Of the lines below, write out exactly those from the line with "f 215 181 185" through the line with "f 121 158 123", both included, and skip the rest.

#### Data records:
----

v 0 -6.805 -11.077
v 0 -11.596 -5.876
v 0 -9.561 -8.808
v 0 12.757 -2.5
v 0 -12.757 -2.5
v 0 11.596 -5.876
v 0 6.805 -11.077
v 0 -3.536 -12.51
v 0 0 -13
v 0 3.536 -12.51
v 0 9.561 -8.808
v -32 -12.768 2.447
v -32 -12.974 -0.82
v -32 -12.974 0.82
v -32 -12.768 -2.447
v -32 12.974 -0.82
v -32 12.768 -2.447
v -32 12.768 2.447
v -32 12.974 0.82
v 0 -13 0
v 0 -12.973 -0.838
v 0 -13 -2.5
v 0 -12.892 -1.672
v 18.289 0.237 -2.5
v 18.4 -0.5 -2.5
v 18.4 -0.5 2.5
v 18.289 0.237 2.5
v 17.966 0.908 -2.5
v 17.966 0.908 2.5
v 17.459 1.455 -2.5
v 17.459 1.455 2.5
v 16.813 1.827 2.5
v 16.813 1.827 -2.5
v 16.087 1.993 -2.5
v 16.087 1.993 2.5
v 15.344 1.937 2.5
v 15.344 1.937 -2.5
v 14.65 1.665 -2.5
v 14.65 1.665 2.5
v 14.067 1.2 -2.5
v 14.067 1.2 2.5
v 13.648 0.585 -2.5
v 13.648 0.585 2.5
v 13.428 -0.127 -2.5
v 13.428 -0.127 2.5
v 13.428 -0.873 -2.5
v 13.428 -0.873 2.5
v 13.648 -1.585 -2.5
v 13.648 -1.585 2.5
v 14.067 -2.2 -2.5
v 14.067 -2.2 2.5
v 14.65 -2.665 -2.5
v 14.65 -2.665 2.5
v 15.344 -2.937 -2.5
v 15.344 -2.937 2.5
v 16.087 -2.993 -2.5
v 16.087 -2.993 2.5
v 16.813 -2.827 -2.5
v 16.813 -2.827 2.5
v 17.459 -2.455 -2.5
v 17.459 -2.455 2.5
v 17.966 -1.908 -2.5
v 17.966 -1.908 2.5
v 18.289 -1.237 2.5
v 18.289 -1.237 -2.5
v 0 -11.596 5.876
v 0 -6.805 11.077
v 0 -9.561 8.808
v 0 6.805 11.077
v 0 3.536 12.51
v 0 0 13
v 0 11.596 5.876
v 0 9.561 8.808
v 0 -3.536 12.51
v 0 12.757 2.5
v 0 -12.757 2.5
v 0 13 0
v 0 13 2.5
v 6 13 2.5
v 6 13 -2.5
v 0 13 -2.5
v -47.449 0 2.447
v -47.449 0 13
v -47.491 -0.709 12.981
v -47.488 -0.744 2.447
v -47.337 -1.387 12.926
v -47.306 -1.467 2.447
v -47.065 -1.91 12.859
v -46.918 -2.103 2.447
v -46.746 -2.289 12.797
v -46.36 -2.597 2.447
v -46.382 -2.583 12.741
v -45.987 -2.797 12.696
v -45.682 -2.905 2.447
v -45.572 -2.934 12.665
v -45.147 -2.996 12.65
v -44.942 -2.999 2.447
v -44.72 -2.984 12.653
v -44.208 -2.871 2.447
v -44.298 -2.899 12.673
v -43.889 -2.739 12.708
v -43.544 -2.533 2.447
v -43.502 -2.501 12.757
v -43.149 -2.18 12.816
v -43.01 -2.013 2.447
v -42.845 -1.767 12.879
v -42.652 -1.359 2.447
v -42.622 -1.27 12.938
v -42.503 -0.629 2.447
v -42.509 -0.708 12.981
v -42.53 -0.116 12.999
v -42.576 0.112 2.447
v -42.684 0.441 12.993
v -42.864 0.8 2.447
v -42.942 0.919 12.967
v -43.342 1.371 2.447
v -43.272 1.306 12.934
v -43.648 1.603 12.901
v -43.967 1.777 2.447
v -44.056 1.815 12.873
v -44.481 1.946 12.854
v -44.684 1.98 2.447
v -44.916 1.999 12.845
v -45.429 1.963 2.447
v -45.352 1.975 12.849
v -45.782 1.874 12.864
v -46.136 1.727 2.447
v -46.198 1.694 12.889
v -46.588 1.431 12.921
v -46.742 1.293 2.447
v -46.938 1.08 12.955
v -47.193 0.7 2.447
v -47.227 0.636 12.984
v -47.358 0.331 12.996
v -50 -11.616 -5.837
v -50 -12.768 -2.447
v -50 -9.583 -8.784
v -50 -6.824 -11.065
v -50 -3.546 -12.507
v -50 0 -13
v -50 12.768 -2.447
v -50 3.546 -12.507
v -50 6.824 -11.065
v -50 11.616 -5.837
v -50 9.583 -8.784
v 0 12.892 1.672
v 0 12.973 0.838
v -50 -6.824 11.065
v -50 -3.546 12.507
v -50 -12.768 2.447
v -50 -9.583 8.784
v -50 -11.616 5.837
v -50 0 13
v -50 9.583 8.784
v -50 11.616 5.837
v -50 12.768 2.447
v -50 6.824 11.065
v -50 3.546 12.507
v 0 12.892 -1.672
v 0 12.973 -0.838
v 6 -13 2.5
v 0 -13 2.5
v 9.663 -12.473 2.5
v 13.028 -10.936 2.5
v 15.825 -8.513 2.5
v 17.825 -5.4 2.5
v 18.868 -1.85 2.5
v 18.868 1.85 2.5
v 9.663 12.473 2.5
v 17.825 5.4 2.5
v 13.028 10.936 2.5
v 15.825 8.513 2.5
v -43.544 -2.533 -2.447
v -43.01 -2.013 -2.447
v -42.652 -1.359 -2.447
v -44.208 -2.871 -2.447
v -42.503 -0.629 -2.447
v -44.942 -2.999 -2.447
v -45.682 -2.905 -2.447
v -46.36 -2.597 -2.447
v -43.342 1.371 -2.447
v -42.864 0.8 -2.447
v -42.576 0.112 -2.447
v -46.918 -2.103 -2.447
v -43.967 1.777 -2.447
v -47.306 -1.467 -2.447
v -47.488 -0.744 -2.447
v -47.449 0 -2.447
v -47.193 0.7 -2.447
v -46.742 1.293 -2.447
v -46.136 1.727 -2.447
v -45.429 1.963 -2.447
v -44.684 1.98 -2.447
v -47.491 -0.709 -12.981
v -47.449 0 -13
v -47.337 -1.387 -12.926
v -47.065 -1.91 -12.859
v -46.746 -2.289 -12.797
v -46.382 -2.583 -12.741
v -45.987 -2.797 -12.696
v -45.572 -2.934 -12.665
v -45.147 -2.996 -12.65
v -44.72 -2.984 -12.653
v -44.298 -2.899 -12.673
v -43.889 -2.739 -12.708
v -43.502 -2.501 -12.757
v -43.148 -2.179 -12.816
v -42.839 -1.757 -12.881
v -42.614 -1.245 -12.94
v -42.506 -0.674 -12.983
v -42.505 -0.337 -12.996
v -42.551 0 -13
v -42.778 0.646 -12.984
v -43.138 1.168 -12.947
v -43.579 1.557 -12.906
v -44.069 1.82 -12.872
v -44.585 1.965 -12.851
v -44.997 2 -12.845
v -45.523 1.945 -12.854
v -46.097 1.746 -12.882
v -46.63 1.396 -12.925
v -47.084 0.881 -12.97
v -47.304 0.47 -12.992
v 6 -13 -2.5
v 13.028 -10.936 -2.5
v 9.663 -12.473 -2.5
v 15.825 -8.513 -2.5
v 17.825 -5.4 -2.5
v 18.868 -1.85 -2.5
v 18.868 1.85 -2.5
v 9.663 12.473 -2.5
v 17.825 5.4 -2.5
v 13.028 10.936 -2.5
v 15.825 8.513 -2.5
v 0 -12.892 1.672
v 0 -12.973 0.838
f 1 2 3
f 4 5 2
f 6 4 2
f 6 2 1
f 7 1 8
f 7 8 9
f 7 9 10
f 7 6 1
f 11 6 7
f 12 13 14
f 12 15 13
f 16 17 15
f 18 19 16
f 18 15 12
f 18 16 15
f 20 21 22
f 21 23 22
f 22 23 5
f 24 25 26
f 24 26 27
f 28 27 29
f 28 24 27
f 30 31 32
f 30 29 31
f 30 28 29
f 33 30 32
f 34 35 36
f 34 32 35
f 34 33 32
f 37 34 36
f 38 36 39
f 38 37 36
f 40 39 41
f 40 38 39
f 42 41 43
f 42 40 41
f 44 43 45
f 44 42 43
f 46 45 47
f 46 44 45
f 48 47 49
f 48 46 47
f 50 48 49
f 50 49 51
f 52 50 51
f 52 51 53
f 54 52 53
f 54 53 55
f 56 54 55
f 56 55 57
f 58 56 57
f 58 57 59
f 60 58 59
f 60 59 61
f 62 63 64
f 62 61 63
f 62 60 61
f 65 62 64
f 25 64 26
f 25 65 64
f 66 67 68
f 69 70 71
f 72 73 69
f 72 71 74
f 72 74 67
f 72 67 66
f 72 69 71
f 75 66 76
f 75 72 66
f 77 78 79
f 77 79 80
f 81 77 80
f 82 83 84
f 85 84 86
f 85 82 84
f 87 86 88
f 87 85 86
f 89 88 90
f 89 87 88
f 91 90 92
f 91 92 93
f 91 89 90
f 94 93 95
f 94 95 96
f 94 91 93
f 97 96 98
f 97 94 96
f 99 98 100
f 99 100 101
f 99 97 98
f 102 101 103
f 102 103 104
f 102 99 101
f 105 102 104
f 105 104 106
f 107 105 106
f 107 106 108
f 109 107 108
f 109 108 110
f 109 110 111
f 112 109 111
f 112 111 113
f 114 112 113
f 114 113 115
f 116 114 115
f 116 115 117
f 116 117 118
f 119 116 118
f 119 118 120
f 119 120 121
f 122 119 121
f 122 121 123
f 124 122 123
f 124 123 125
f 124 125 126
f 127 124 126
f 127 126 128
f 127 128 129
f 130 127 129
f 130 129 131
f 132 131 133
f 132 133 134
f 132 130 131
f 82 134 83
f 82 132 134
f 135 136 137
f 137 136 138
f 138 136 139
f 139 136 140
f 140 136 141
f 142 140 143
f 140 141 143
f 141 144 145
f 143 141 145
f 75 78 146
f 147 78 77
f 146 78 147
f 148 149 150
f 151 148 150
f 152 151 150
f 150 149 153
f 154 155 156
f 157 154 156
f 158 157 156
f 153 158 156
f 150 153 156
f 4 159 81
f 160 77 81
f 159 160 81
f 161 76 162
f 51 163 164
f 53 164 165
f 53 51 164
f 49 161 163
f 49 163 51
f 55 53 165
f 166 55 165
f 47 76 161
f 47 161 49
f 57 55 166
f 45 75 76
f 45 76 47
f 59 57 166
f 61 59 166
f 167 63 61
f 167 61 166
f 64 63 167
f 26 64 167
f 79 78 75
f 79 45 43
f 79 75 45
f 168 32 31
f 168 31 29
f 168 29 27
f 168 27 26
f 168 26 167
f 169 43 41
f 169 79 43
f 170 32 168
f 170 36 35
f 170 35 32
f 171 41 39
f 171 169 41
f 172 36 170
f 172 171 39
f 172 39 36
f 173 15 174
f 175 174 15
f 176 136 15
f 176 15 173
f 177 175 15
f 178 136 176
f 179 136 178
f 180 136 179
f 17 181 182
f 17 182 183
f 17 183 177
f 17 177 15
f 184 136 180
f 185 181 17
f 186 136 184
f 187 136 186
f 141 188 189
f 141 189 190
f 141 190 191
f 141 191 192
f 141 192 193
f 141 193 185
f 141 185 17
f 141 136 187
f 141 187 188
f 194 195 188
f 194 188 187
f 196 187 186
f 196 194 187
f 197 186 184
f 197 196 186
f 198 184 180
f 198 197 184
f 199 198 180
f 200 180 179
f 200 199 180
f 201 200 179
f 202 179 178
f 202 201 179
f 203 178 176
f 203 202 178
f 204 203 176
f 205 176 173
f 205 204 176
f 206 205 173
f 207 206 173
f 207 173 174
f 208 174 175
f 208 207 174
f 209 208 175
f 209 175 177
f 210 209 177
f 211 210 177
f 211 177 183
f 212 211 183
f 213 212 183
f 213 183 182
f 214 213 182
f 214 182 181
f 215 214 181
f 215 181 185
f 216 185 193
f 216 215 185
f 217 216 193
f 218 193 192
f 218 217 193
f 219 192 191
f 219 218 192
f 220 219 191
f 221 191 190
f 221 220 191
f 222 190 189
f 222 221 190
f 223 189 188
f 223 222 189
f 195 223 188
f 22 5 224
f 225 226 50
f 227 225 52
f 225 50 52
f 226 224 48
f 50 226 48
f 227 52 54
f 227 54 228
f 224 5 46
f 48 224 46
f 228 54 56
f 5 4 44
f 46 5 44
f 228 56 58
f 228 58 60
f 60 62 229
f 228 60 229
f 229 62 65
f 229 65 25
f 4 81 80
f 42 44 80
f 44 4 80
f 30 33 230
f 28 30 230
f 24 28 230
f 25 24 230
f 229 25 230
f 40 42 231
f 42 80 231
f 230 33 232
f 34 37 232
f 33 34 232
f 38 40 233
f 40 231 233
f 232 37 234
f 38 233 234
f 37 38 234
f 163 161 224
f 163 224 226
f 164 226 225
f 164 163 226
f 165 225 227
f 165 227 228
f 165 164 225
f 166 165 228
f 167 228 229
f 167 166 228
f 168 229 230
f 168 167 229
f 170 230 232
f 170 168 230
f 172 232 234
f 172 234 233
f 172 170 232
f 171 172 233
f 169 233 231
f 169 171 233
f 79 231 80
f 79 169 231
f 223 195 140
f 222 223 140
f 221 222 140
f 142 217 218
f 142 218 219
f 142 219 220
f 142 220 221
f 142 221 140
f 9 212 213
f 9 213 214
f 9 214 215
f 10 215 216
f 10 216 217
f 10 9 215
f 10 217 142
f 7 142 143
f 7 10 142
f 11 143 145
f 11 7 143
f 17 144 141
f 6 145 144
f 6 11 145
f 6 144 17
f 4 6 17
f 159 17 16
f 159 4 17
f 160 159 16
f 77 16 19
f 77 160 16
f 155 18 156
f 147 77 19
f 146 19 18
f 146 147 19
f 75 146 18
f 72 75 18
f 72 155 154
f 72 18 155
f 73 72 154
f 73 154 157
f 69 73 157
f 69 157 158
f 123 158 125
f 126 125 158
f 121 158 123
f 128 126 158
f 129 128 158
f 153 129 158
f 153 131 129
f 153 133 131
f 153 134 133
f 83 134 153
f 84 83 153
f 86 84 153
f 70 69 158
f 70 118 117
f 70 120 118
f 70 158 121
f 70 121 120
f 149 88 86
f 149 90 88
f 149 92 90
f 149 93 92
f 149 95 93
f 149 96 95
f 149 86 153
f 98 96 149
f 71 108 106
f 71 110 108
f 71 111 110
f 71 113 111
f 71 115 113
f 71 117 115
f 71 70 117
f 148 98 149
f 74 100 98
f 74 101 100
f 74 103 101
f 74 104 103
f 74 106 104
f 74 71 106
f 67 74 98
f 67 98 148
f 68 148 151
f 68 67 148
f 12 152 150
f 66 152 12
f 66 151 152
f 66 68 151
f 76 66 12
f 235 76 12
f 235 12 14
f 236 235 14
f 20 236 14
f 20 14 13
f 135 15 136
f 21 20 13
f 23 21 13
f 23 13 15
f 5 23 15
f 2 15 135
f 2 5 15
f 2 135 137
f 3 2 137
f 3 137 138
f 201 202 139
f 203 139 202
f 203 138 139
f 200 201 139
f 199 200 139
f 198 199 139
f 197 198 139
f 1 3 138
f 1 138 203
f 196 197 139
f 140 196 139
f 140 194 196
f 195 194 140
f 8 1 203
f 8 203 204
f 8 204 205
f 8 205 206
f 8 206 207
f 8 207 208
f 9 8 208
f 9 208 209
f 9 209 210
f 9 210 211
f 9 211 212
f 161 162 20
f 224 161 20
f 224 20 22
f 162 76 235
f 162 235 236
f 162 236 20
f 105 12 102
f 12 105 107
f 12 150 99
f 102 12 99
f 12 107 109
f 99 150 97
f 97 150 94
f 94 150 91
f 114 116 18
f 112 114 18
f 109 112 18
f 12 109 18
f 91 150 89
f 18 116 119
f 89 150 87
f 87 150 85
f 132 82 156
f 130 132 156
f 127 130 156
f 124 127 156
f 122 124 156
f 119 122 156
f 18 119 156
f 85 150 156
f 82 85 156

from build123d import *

# Parameters (mm, degrees)
SKETCH1_R               = 13
BOSS_EXTRUDE1_DEPTH     = 50
SKETCH6_W               = 5
SKETCH6_H               = 26
BOSS_EXTRUDE3_DEPTH     = 6
BOSS_EXTRUDE4_DEPTH     = 5
CUT_EXTRUDE1_DEPTH      = 54.937463789
CUT_EXTRUDE1_DEPTH_BACK = 54.937463789
SKETCH10_R              = 2.5
SKETCH12_W              = 4.8936145
SKETCH12_H              = 26
CUT_EXTRUDE2_DEPTH      = 18
CUT_EXTRUDE3_DEPTH      = 54.272882407
CUT_EXTRUDE3_DEPTH_BACK = 54.272882407
SKETCH13_R              = 2.5


with BuildPart() as part:
    # Sketch1 → Boss-Extrude1 (new body)
    with BuildSketch(Plane(origin=(0, 0, 0), x_dir=(0, 0, -1), z_dir=(1, 0, 0))):
        Circle(SKETCH1_R)
    extrude(amount=-BOSS_EXTRUDE1_DEPTH)

    # Sketch6 → Boss-Extrude3 (add)
    with BuildSketch(Plane(origin=(0, 0, 0), x_dir=(0, 0, -1), z_dir=(1, 0, 0))):
        Rectangle(SKETCH6_W, SKETCH6_H)
    extrude(amount=BOSS_EXTRUDE3_DEPTH)

    # Sketch8 → Boss-Extrude4 (add)
    with BuildSketch(Plane.XY.offset(2.5)):
        with BuildLine():
            Line((6, 13), (6, -13))
            ThreePointArc((6, -13), (19, 0), (6, 13))
        make_face()
    extrude(amount=-BOSS_EXTRUDE4_DEPTH)

    # Sketch10 → Cut-Extrude1 (cut, two sides: drawn at the far end of the back side and taken through both)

----

#### Solution to this exercise:
f 215 181 185
f 216 185 193
f 216 215 185
f 217 216 193
f 218 193 192
f 218 217 193
f 219 192 191
f 219 218 192
f 220 219 191
f 221 191 190
f 221 220 191
f 222 190 189
f 222 221 190
f 223 189 188
f 223 222 189
f 195 223 188
f 22 5 224
f 225 226 50
f 227 225 52
f 225 50 52
f 226 224 48
f 50 226 48
f 227 52 54
f 227 54 228
f 224 5 46
f 48 224 46
f 228 54 56
f 5 4 44
f 46 5 44
f 228 56 58
f 228 58 60
f 60 62 229
f 228 60 229
f 229 62 65
f 229 65 25
f 4 81 80
f 42 44 80
f 44 4 80
f 30 33 230
f 28 30 230
f 24 28 230
f 25 24 230
f 229 25 230
f 40 42 231
f 42 80 231
f 230 33 232
f 34 37 232
f 33 34 232
f 38 40 233
f 40 231 233
f 232 37 234
f 38 233 234
f 37 38 234
f 163 161 224
f 163 224 226
f 164 226 225
f 164 163 226
f 165 225 227
f 165 227 228
f 165 164 225
f 166 165 228
f 167 228 229
f 167 166 228
f 168 229 230
f 168 167 229
f 170 230 232
f 170 168 230
f 172 232 234
f 172 234 233
f 172 170 232
f 171 172 233
f 169 233 231
f 169 171 233
f 79 231 80
f 79 169 231
f 223 195 140
f 222 223 140
f 221 222 140
f 142 217 218
f 142 218 219
f 142 219 220
f 142 220 221
f 142 221 140
f 9 212 213
f 9 213 214
f 9 214 215
f 10 215 216
f 10 216 217
f 10 9 215
f 10 217 142
f 7 142 143
f 7 10 142
f 11 143 145
f 11 7 143
f 17 144 141
f 6 145 144
f 6 11 145
f 6 144 17
f 4 6 17
f 159 17 16
f 159 4 17
f 160 159 16
f 77 16 19
f 77 160 16
f 155 18 156
f 147 77 19
f 146 19 18
f 146 147 19
f 75 146 18
f 72 75 18
f 72 155 154
f 72 18 155
f 73 72 154
f 73 154 157
f 69 73 157
f 69 157 158
f 123 158 125
f 126 125 158
f 121 158 123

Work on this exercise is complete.